Using the listing below, copy exactly the lines from the one containing "point P0 (0, 0)" to the one containing "A parametric FreeCAD", both lines included, and no others.

**** Material to process ****

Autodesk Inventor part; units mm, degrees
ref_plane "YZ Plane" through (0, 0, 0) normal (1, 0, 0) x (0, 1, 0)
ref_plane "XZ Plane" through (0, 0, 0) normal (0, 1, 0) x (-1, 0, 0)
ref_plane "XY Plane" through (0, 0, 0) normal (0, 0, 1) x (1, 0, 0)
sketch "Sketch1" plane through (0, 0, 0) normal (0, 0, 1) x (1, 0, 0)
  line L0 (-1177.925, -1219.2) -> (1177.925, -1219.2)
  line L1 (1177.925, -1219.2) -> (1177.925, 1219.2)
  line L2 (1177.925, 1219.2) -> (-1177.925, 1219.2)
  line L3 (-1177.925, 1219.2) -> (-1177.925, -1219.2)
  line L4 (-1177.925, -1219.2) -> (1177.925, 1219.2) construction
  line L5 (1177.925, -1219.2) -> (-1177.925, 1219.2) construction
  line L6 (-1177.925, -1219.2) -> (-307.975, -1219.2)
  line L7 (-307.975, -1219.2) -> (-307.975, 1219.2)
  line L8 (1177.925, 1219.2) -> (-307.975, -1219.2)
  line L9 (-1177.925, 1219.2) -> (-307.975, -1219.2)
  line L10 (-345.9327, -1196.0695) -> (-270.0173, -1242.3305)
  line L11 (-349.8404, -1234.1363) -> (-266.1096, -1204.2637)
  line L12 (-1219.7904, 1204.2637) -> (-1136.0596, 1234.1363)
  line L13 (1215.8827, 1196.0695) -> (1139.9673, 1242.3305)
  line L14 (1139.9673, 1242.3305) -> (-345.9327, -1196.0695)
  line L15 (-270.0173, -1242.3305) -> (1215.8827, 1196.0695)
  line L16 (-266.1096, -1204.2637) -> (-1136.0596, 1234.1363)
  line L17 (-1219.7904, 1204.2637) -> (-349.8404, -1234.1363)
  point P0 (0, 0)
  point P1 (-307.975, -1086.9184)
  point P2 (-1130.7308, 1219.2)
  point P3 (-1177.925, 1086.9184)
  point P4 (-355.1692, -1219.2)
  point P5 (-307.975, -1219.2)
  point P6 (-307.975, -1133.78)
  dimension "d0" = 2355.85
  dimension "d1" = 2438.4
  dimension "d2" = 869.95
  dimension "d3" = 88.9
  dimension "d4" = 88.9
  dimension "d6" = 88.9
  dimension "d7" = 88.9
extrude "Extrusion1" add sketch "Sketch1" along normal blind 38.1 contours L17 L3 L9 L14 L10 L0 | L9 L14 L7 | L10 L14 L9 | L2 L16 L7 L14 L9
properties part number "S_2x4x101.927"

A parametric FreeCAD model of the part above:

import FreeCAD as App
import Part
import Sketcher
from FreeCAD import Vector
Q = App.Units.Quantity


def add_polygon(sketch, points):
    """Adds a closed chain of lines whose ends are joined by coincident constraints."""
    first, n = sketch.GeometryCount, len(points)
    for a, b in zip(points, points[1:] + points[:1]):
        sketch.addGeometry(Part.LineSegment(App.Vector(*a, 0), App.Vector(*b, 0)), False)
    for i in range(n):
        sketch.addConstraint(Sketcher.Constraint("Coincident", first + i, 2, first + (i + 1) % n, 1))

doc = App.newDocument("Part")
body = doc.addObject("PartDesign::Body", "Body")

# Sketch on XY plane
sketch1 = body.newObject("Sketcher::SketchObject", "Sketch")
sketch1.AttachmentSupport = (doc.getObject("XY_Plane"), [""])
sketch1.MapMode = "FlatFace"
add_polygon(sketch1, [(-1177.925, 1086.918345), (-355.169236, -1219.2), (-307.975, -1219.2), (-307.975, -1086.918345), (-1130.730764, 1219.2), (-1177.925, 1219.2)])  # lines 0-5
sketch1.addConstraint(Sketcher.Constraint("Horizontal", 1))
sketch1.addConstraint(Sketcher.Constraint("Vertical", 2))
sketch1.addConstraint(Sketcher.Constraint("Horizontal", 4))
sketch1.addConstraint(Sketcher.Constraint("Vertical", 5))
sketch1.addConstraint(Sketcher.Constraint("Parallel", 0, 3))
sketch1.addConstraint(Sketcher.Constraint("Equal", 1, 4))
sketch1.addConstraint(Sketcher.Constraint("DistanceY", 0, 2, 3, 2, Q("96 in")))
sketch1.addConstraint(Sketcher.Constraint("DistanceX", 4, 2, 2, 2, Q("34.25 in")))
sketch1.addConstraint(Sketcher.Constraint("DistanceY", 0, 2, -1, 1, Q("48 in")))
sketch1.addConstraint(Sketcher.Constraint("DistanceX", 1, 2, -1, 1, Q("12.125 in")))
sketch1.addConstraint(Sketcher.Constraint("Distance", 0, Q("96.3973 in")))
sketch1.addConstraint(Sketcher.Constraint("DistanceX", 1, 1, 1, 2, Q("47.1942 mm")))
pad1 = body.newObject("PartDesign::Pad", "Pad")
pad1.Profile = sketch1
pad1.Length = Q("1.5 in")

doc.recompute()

****
**** Material to process ****

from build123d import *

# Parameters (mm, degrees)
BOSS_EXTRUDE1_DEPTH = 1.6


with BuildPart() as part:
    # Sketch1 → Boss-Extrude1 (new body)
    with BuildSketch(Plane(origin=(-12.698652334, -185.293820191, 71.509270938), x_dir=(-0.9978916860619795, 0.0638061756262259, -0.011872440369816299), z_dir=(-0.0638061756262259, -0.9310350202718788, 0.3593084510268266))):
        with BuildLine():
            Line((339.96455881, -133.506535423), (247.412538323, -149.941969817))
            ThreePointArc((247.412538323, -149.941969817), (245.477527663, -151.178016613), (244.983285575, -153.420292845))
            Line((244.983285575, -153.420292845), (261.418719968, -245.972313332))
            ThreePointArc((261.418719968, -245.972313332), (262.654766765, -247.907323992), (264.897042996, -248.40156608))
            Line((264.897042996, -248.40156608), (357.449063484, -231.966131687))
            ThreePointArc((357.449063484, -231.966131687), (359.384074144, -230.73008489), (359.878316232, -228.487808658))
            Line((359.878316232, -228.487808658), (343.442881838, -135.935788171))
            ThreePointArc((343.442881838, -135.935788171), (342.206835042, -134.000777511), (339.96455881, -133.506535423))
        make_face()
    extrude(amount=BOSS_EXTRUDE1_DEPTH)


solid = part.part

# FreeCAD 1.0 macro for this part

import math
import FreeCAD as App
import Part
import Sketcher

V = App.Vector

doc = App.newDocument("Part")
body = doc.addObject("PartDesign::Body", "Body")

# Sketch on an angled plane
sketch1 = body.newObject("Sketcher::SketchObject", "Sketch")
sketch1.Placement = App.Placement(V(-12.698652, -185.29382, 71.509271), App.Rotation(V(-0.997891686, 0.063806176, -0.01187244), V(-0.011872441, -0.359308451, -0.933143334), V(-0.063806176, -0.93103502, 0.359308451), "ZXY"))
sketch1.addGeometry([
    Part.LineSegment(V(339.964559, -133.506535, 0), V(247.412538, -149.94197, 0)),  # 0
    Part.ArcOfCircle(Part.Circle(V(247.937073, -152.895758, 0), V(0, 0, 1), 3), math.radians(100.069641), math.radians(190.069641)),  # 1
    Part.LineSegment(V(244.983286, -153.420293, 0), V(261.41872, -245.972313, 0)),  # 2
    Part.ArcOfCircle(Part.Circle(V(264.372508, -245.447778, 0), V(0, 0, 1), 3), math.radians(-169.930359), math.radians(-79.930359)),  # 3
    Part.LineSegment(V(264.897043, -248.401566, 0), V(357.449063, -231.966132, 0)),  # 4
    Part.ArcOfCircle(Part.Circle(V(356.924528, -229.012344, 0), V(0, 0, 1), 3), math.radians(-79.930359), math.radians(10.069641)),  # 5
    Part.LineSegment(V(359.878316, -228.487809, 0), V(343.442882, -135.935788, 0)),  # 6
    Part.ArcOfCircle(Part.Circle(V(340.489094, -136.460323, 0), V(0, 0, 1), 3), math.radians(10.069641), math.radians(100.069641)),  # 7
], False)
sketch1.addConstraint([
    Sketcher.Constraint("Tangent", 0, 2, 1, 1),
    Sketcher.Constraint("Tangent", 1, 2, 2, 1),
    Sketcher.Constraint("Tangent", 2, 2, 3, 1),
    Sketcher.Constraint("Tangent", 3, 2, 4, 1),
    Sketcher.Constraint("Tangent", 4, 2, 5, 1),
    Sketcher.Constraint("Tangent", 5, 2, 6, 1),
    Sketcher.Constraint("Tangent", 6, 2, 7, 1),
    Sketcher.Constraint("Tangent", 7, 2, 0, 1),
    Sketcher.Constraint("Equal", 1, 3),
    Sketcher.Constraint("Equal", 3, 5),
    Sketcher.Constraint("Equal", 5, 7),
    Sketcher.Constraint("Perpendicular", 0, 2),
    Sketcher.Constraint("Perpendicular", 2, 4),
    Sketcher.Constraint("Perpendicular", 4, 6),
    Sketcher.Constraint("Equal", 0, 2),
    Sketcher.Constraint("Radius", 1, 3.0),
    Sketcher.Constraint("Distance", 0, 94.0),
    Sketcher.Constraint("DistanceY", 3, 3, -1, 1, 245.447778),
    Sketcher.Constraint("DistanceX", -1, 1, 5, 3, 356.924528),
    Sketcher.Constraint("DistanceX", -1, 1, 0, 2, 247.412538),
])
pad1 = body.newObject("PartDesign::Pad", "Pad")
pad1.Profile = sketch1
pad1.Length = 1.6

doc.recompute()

****

▸ Solution for this task
  point P0 (0, 0)
  point P1 (-307.975, -1086.9184)
  point P2 (-1130.7308, 1219.2)
  point P3 (-1177.925, 1086.9184)
  point P4 (-355.1692, -1219.2)
  point P5 (-307.975, -1219.2)
  point P6 (-307.975, -1133.78)
  dimension "d0" = 2355.85
  dimension "d1" = 2438.4
  dimension "d2" = 869.95
  dimension "d3" = 88.9
  dimension "d4" = 88.9
  dimension "d6" = 88.9
  dimension "d7" = 88.9
extrude "Extrusion1" add sketch "Sketch1" along normal blind 38.1 contours L17 L3 L9 L14 L10 L0 | L9 L14 L7 | L10 L14 L9 | L2 L16 L7 L14 L9
properties part number "S_2x4x101.927"

A parametric FreeCAD model of the part above:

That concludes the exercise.